If you pay a contractor $1,200 via Zelle in a calendar year, you owe them a 1099-NEC. If a client pays you $1,200 via Zelle, they owe you one.

This is the single most common 1099 confusion I see, including in my own first January. Zelle feels like a platform. It isn't, for tax purposes.

At filing time

For income you received (what goes on Schedule C):

Track the actual dollars you received during the year. The 1099s are confirmations of what was reported, not the source of truth. Your bank account is. If your records show $84,000 in revenue and the 1099s you receive add up to $79,000, the $84,000 is what you report. The gap is usually clients under the $600 NEC threshold who didn't have to file one, or platforms whose threshold you didn't hit.

Don't add 1099-NEC and 1099-K totals together.
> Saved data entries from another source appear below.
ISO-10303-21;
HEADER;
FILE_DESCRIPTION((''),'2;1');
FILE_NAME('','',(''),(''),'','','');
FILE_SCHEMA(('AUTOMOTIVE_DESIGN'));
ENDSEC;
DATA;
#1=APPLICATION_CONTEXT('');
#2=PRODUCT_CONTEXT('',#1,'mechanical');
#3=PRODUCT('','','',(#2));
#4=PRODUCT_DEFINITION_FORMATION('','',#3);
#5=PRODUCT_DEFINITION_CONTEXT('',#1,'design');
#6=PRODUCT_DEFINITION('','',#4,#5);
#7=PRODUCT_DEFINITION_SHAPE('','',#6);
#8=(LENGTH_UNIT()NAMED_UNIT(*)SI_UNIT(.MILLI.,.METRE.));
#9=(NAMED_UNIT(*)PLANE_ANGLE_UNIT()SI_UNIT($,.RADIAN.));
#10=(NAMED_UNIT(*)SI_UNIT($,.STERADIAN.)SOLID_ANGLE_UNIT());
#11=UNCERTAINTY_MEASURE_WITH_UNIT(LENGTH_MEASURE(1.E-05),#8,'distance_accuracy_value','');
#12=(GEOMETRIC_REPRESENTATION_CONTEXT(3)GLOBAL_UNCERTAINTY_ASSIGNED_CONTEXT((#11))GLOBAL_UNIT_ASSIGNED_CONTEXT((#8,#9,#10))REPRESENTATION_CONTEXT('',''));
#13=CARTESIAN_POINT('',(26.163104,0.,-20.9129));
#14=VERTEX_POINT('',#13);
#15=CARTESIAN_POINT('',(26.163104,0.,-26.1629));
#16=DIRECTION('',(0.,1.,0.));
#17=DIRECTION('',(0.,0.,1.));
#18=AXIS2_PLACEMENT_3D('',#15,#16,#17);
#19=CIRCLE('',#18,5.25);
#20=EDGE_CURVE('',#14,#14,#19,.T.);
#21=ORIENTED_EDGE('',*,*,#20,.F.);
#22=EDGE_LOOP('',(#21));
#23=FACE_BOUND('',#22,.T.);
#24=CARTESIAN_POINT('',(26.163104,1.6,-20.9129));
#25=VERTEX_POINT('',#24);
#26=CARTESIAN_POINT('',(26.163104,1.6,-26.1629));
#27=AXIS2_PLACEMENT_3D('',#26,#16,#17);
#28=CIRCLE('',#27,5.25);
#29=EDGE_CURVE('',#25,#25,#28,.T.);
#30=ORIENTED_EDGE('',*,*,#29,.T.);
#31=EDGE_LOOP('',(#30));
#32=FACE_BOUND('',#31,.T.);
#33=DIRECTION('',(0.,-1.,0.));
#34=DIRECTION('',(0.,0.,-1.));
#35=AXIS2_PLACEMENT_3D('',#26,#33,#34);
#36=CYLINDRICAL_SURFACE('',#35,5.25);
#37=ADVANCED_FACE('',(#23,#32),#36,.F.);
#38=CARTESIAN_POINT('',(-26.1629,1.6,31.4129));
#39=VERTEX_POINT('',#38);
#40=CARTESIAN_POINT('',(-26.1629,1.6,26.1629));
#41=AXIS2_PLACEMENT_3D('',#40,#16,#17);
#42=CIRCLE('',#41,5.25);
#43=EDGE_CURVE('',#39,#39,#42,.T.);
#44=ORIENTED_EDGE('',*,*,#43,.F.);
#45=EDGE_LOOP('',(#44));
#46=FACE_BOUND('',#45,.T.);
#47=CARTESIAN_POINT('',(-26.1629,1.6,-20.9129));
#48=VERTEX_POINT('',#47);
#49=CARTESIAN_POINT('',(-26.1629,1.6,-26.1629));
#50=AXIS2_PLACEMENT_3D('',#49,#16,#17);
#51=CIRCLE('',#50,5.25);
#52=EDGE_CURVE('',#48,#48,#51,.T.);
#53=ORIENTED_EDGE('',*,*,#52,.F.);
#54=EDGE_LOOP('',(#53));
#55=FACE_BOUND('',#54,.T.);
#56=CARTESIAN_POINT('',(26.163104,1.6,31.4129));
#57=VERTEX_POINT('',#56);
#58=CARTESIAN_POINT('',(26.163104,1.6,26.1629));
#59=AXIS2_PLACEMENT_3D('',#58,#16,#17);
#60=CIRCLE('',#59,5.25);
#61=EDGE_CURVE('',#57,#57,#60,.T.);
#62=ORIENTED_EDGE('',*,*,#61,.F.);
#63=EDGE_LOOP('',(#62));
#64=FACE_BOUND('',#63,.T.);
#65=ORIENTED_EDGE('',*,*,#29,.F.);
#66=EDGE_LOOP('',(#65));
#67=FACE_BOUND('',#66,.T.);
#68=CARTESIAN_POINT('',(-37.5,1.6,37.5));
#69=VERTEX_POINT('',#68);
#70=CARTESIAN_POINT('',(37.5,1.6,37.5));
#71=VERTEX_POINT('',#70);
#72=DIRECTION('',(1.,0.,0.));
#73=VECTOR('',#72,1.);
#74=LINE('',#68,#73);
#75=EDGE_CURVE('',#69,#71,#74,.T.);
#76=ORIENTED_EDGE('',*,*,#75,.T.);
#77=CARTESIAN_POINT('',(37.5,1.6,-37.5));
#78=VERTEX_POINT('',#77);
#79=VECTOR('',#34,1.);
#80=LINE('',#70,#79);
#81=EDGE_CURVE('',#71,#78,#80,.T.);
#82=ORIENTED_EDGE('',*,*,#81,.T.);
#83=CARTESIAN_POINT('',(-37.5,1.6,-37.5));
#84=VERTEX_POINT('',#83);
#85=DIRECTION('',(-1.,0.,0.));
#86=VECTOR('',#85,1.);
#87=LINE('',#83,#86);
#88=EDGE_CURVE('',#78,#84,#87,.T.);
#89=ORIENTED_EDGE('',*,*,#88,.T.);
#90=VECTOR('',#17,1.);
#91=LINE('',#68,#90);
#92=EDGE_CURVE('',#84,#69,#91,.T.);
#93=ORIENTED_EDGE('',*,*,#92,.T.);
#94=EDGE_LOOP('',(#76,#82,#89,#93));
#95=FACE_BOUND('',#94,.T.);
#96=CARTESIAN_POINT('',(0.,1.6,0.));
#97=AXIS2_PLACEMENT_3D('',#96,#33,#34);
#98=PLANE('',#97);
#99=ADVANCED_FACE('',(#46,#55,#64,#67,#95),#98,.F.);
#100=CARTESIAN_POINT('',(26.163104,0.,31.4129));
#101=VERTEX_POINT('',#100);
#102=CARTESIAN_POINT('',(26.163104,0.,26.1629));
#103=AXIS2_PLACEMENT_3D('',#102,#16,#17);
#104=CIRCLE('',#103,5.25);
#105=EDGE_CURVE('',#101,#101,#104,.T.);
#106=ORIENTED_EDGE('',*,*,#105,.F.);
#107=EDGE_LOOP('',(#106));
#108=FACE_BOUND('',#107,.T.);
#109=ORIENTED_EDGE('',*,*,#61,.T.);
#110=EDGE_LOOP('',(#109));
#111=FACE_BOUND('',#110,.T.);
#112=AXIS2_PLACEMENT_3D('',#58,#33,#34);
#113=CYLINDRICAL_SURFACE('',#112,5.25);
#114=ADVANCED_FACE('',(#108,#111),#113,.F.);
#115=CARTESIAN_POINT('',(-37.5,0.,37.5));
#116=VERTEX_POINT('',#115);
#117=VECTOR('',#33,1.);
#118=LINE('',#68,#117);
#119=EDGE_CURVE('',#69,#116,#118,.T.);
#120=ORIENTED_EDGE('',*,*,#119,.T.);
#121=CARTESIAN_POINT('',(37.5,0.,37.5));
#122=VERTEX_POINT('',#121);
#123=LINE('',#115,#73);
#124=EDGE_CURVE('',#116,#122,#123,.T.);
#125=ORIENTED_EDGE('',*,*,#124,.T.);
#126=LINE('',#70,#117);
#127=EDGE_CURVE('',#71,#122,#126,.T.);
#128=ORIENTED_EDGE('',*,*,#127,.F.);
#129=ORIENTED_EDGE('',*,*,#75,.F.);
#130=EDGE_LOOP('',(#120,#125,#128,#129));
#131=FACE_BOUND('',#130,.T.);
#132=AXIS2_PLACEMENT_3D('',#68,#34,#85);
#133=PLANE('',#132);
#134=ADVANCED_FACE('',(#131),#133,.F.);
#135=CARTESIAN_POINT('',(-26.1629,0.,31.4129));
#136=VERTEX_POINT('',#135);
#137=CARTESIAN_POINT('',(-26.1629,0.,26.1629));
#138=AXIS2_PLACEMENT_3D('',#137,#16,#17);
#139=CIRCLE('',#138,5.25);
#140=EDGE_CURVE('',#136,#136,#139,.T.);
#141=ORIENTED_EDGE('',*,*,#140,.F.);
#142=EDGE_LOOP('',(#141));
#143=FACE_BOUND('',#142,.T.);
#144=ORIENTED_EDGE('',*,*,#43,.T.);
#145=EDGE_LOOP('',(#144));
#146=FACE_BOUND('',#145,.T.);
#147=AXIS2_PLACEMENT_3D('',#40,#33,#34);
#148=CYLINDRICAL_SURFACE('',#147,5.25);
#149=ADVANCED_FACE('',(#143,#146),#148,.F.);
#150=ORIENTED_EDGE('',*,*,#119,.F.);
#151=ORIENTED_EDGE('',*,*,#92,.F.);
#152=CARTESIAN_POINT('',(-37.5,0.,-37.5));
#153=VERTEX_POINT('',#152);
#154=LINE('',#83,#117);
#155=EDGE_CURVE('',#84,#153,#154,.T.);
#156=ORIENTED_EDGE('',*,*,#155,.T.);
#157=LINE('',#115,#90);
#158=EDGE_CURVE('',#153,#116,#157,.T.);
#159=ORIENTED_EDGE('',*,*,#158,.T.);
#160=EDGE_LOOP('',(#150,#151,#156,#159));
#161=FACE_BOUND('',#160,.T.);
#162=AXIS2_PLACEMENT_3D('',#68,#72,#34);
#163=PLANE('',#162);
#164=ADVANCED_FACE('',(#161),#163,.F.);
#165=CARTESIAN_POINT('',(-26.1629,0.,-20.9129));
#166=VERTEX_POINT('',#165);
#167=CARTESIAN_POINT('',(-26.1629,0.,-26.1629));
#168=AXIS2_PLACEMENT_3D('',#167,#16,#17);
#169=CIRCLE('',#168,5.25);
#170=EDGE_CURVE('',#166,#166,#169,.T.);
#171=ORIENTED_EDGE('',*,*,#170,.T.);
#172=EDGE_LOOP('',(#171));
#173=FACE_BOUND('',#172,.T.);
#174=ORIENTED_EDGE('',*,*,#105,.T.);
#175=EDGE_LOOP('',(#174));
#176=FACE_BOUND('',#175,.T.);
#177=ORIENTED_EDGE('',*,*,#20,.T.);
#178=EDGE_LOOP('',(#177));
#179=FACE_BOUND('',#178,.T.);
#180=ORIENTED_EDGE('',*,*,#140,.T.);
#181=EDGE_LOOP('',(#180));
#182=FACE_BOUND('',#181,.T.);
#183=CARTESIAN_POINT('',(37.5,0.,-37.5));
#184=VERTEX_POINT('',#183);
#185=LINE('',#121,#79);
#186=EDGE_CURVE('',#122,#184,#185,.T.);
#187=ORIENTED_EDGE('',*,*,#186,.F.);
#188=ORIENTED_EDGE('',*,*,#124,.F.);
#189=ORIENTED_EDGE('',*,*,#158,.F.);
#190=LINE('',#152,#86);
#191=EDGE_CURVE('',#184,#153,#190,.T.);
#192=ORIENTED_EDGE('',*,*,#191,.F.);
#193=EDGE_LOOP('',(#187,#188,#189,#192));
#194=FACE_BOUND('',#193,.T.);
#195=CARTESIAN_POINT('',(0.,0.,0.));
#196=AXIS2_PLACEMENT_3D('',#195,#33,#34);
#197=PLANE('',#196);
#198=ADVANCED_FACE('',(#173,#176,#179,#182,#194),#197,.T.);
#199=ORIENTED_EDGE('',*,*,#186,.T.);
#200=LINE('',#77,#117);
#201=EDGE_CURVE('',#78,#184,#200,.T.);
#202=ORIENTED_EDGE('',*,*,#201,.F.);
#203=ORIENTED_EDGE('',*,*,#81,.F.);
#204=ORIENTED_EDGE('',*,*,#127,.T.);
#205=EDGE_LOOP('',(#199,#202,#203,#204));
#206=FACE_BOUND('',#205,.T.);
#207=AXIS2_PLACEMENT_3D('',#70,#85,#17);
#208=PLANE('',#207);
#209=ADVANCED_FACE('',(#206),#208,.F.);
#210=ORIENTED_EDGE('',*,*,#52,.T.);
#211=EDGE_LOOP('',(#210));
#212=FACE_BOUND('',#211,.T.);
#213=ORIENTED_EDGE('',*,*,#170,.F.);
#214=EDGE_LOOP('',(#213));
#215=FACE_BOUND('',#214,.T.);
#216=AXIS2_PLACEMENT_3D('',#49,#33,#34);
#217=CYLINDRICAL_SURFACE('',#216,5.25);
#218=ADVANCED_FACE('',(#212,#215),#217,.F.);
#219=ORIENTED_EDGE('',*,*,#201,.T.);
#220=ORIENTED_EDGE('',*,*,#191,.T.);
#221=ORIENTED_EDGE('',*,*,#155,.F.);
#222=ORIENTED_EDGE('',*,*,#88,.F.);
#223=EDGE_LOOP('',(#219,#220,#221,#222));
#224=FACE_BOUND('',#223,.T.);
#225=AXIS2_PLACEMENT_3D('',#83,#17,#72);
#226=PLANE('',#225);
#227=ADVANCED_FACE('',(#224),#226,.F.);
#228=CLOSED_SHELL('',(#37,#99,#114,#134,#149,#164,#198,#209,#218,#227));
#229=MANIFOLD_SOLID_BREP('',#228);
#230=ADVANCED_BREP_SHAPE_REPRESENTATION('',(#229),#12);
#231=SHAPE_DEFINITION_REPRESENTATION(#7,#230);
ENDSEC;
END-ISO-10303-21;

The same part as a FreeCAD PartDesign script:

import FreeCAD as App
import Part
import Sketcher

V = App.Vector


def add_polygon(sketch, points):
    """Adds a closed chain of lines whose ends are joined by coincident constraints."""
    first, n = sketch.GeometryCount, len(points)
    for a, b in zip(points, points[1:] + points[:1]):
        sketch.addGeometry(Part.LineSegment(App.Vector(*a, 0), App.Vector(*b, 0)), False)
    for i in range(n):
        sketch.addConstraint(Sketcher.Constraint("Coincident", first + i, 2, first + (i + 1) % n, 1))

doc = App.newDocument("Part")
body = doc.addObject("PartDesign::Body", "Body")

# Sketch on XZ plane
sketch1 = body.newObject("Sketcher::SketchObject", "Sketch")
sketch1.AttachmentSupport = (doc.getObject("XZ_Plane"), [""])
sketch1.MapMode = "FlatFace"
add_polygon(sketch1, [(-38, -38), (-38, 38), (38, 38), (38, -38)])  # lines 0-3
sketch1.addGeometry(Part.Circle(V(-26, 26, 0), V(0, 0, 1), 5), False)  # 4
sketch1.addGeometry(Part.Circle(V(26, 26, 0), V(0, 0, 1), 5), False)  # 5
sketch1.addGeometry(Part.Circle(V(-26, -26, 0), V(0, 0, 1), 5), False)  # 6
sketch1.addGeometry(Part.Circle(V(26, -26, 0), V(0, 0, 1), 5), False)  # 7
sketch1.addConstraint([
    Sketcher.Constraint("Vertical", 0),
    Sketcher.Constraint("Horizontal", 1),
    Sketcher.Constraint("Vertical", 2),
    Sketcher.Constraint("Horizontal", 3),
    Sketcher.Constraint("Equal", 4, 5),
    Sketcher.Constraint("Equal", 5, 6),
    Sketcher.Constraint("Equal", 6, 7),
    Sketcher.Constraint("Symmetric", 0, 2, 2, 2, -1, 1),
    Sketcher.Constraint("Symmetric", 4, 3, 6, 3, -1),
    Sketcher.Constraint("Symmetric", 5, 3, 7, 3, -1),
    Sketcher.Constraint("Horizontal", 4, 3, 5, 3),
    Sketcher.Constraint("Equal", 3, 0),
    Sketcher.Constraint("Diameter", 4, 10.5),
    Sketcher.Constraint("DistanceX", 1, 1, 1, 2, 75.0),
    Sketcher.Constraint("DistanceX", 4, 3, -1, 1, 26.1629),
    Sketcher.Constraint("DistanceY", -1, 1, 4, 3, 26.1629),
    Sketcher.Constraint("DistanceX", -1, 1, 5, 3, 26.163104),
])
pad1 = body.newObject("PartDesign::Pad", "Pad")
pad1.Profile = sketch1
pad1.Length = 1.6
pad1.Reversed = True

doc.recompute()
That's the double-counting trap. The IRS matching system already accounts for the split.

The actual-dollars number from your records is also the input to your quarterly estimated tax calculations during the year. The forms come in January; the planning happens twelve months earlier.

For payments you sent (1099s you owe to contractors):

Track which contractors you paid $600 or more in the year, and which payment methods you used. Anything paid via direct methods (check, ACH, Zelle, cash) needs a 1099-NEC. Anything paid via platforms (PayPal goods-and-services, Stripe, Square, Venmo business) does not need an NEC from you; the platform reports those.

A working system: tag every contractor payment in your records with the method used at the moment you log it. At year-end, filter for direct-method payments above $600 per contractor. Those are the NECs you owe.

What I do now

The reason this came up at all, for me, is that I'd been tracking contractor payments in a spreadsheet without recording the payment method, and at year-end I had no way to tell which payments needed a 1099-NEC. I ended up digging through bank statements to reconstruct the classification, which took most of a Saturday.

The version of TaliiVue I ended up building tracks the payment method on every transaction by design. The 1099-NEC Tracker flags only the direct-method payments against each contractor's running total, so the year-end question of "who needs an NEC" is already answered when I get there.

If you're building your own system, the small thing to do is record the payment method on every contractor payment the moment you enter it. Sorting it out later costs an order of magnitude more time than recording it in the first place.

The 1099-NEC vs 1099-K distinction is bureaucratic, but the underlying logic is simple. The IRS wants every dollar reported once. Direct payments get reported by the parties (client files an NEC, you report on your return). Platform payments get reported by the platform (1099-K) and you also report on your return. The split is who's responsible for the paperwork, not who's responsible for the tax.

If the forms don't match your records, your records are usually right. The forms are based on thresholds and classifications that don't always cover every dollar you received. Trust the bank statements; treat the 1099s as confirmations.

The first January is the scary one. The fourth January is just paperwork.

Planning, not advice. Consult a qualified CPA for your specific situation, especially if you receive 1099s that don't match your records.